> [Aim of the exercise] Start at the line below containing "f 196 195 197" and stop at the line containing "f 3 224 223". Repeat every line of that stretch exactly, and nothing outside it.

> [Task inputs]

———

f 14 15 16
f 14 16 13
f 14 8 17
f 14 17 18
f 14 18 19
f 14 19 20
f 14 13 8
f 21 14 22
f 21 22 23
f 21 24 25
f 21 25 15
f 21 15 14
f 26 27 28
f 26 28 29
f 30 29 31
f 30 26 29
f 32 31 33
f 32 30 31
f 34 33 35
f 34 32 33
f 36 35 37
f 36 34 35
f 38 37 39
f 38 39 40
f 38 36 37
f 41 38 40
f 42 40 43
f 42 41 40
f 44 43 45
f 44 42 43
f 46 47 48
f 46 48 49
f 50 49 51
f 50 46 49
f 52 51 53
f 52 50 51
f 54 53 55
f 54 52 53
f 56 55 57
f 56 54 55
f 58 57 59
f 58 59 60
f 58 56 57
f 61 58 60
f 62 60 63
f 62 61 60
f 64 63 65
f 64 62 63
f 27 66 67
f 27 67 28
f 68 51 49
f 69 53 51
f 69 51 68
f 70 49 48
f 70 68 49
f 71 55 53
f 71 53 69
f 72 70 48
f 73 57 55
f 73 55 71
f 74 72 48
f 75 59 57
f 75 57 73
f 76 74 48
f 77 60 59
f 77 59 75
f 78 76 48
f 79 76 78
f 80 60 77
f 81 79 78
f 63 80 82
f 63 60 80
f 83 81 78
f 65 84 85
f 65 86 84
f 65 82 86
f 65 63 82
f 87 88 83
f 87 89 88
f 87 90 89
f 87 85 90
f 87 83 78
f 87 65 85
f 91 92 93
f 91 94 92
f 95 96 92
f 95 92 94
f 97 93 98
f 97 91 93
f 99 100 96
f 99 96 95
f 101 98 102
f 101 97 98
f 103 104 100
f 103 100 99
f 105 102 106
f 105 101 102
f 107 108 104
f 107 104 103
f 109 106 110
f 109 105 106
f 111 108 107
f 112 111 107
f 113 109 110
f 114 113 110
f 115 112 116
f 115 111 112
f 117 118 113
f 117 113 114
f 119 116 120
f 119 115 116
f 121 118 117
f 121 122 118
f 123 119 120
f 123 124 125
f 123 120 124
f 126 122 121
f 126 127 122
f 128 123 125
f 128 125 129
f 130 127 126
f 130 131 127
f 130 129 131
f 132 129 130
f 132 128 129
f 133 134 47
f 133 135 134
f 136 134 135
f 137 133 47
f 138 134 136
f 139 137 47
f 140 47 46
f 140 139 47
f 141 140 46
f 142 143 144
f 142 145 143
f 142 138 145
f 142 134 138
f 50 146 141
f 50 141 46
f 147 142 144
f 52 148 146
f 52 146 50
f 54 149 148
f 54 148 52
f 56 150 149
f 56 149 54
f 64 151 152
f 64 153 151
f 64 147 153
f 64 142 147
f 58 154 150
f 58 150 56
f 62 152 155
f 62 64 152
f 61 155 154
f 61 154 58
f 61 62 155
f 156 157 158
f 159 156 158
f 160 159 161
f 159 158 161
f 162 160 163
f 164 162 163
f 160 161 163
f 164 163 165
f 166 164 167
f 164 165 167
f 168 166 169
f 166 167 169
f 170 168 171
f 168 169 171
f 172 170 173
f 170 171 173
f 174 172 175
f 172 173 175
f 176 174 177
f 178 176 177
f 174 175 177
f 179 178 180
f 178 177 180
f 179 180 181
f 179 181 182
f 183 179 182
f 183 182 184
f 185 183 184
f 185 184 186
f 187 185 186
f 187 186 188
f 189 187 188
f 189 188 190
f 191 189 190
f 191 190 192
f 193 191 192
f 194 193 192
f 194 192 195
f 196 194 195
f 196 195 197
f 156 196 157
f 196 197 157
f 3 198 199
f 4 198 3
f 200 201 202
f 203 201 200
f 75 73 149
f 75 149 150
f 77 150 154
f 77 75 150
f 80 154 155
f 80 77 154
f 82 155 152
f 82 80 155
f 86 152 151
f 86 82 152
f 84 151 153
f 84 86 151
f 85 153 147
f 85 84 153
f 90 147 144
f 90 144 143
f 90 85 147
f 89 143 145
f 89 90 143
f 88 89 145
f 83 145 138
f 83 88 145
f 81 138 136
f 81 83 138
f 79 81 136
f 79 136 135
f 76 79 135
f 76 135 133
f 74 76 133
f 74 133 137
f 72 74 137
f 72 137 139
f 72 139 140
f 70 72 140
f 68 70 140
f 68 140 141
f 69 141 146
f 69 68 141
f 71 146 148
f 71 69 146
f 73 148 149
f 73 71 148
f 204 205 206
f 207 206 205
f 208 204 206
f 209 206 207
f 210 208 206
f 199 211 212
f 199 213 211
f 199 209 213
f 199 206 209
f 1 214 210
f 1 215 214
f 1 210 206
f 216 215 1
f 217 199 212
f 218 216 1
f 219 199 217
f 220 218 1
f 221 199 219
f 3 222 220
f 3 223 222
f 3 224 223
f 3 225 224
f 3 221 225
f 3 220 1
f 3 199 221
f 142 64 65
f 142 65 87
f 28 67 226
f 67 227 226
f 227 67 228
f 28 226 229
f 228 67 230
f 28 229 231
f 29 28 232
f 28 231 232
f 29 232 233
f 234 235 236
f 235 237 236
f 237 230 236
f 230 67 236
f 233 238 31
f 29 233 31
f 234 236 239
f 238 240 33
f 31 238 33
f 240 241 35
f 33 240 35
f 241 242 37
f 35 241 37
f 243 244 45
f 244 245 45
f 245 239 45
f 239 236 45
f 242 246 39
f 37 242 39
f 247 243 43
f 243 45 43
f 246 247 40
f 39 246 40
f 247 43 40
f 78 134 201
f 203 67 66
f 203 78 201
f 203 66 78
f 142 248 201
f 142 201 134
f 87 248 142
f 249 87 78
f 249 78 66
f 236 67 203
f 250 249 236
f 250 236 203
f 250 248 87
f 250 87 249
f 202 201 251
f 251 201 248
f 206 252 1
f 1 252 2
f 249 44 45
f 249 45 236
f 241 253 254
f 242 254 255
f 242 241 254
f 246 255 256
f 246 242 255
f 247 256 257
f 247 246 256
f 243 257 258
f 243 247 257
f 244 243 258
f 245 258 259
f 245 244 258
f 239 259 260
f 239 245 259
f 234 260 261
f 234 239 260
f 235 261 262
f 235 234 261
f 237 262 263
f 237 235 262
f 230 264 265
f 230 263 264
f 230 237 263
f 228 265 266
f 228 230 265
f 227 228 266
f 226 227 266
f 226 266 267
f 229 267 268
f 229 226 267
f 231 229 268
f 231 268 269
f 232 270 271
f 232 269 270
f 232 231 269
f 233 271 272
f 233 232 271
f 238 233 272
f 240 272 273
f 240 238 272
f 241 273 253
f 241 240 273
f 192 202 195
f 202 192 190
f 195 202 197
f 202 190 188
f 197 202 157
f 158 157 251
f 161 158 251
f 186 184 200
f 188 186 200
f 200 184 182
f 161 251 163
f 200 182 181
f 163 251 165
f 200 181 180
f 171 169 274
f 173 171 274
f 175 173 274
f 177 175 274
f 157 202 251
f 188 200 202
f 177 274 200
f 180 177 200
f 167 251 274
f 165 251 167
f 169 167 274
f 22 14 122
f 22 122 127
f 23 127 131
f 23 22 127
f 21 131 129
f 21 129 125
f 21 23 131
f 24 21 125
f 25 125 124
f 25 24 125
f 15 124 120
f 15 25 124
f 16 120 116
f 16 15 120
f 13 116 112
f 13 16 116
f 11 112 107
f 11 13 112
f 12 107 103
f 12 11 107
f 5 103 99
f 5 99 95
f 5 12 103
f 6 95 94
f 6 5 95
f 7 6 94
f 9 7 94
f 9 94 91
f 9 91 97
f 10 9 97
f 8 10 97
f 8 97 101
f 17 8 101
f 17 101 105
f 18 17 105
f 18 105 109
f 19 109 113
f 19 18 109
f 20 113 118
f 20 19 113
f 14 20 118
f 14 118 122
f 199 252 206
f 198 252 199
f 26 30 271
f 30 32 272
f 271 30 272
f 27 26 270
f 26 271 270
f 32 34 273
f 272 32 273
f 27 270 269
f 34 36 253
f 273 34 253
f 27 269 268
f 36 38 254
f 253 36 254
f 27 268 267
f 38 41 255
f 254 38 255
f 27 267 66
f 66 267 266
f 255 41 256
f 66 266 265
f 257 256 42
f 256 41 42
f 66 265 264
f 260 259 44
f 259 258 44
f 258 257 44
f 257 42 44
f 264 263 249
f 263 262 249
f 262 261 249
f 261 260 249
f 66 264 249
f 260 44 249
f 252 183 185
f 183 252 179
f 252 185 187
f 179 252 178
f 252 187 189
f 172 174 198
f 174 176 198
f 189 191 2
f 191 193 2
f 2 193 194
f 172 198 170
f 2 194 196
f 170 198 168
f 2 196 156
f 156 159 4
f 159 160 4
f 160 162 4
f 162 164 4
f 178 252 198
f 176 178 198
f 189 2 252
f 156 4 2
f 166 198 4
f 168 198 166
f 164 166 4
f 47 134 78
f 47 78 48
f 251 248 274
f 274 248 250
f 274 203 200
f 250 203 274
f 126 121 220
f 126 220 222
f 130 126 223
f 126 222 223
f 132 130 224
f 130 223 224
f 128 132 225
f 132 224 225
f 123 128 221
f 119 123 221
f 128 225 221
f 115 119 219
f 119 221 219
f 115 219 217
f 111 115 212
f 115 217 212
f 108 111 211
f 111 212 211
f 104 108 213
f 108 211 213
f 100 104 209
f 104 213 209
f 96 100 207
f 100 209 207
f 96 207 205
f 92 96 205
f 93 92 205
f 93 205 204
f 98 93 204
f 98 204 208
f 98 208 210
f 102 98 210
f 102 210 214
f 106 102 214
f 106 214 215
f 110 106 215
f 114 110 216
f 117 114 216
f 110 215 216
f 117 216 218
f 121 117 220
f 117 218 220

———

> [Answer to the exercise]
f 196 195 197
f 156 196 157
f 196 197 157
f 3 198 199
f 4 198 3
f 200 201 202
f 203 201 200
f 75 73 149
f 75 149 150
f 77 150 154
f 77 75 150
f 80 154 155
f 80 77 154
f 82 155 152
f 82 80 155
f 86 152 151
f 86 82 152
f 84 151 153
f 84 86 151
f 85 153 147
f 85 84 153
f 90 147 144
f 90 144 143
f 90 85 147
f 89 143 145
f 89 90 143
f 88 89 145
f 83 145 138
f 83 88 145
f 81 138 136
f 81 83 138
f 79 81 136
f 79 136 135
f 76 79 135
f 76 135 133
f 74 76 133
f 74 133 137
f 72 74 137
f 72 137 139
f 72 139 140
f 70 72 140
f 68 70 140
f 68 140 141
f 69 141 146
f 69 68 141
f 71 146 148
f 71 69 146
f 73 148 149
f 73 71 148
f 204 205 206
f 207 206 205
f 208 204 206
f 209 206 207
f 210 208 206
f 199 211 212
f 199 213 211
f 199 209 213
f 199 206 209
f 1 214 210
f 1 215 214
f 1 210 206
f 216 215 1
f 217 199 212
f 218 216 1
f 219 199 217
f 220 218 1
f 221 199 219
f 3 222 220
f 3 223 222
f 3 224 223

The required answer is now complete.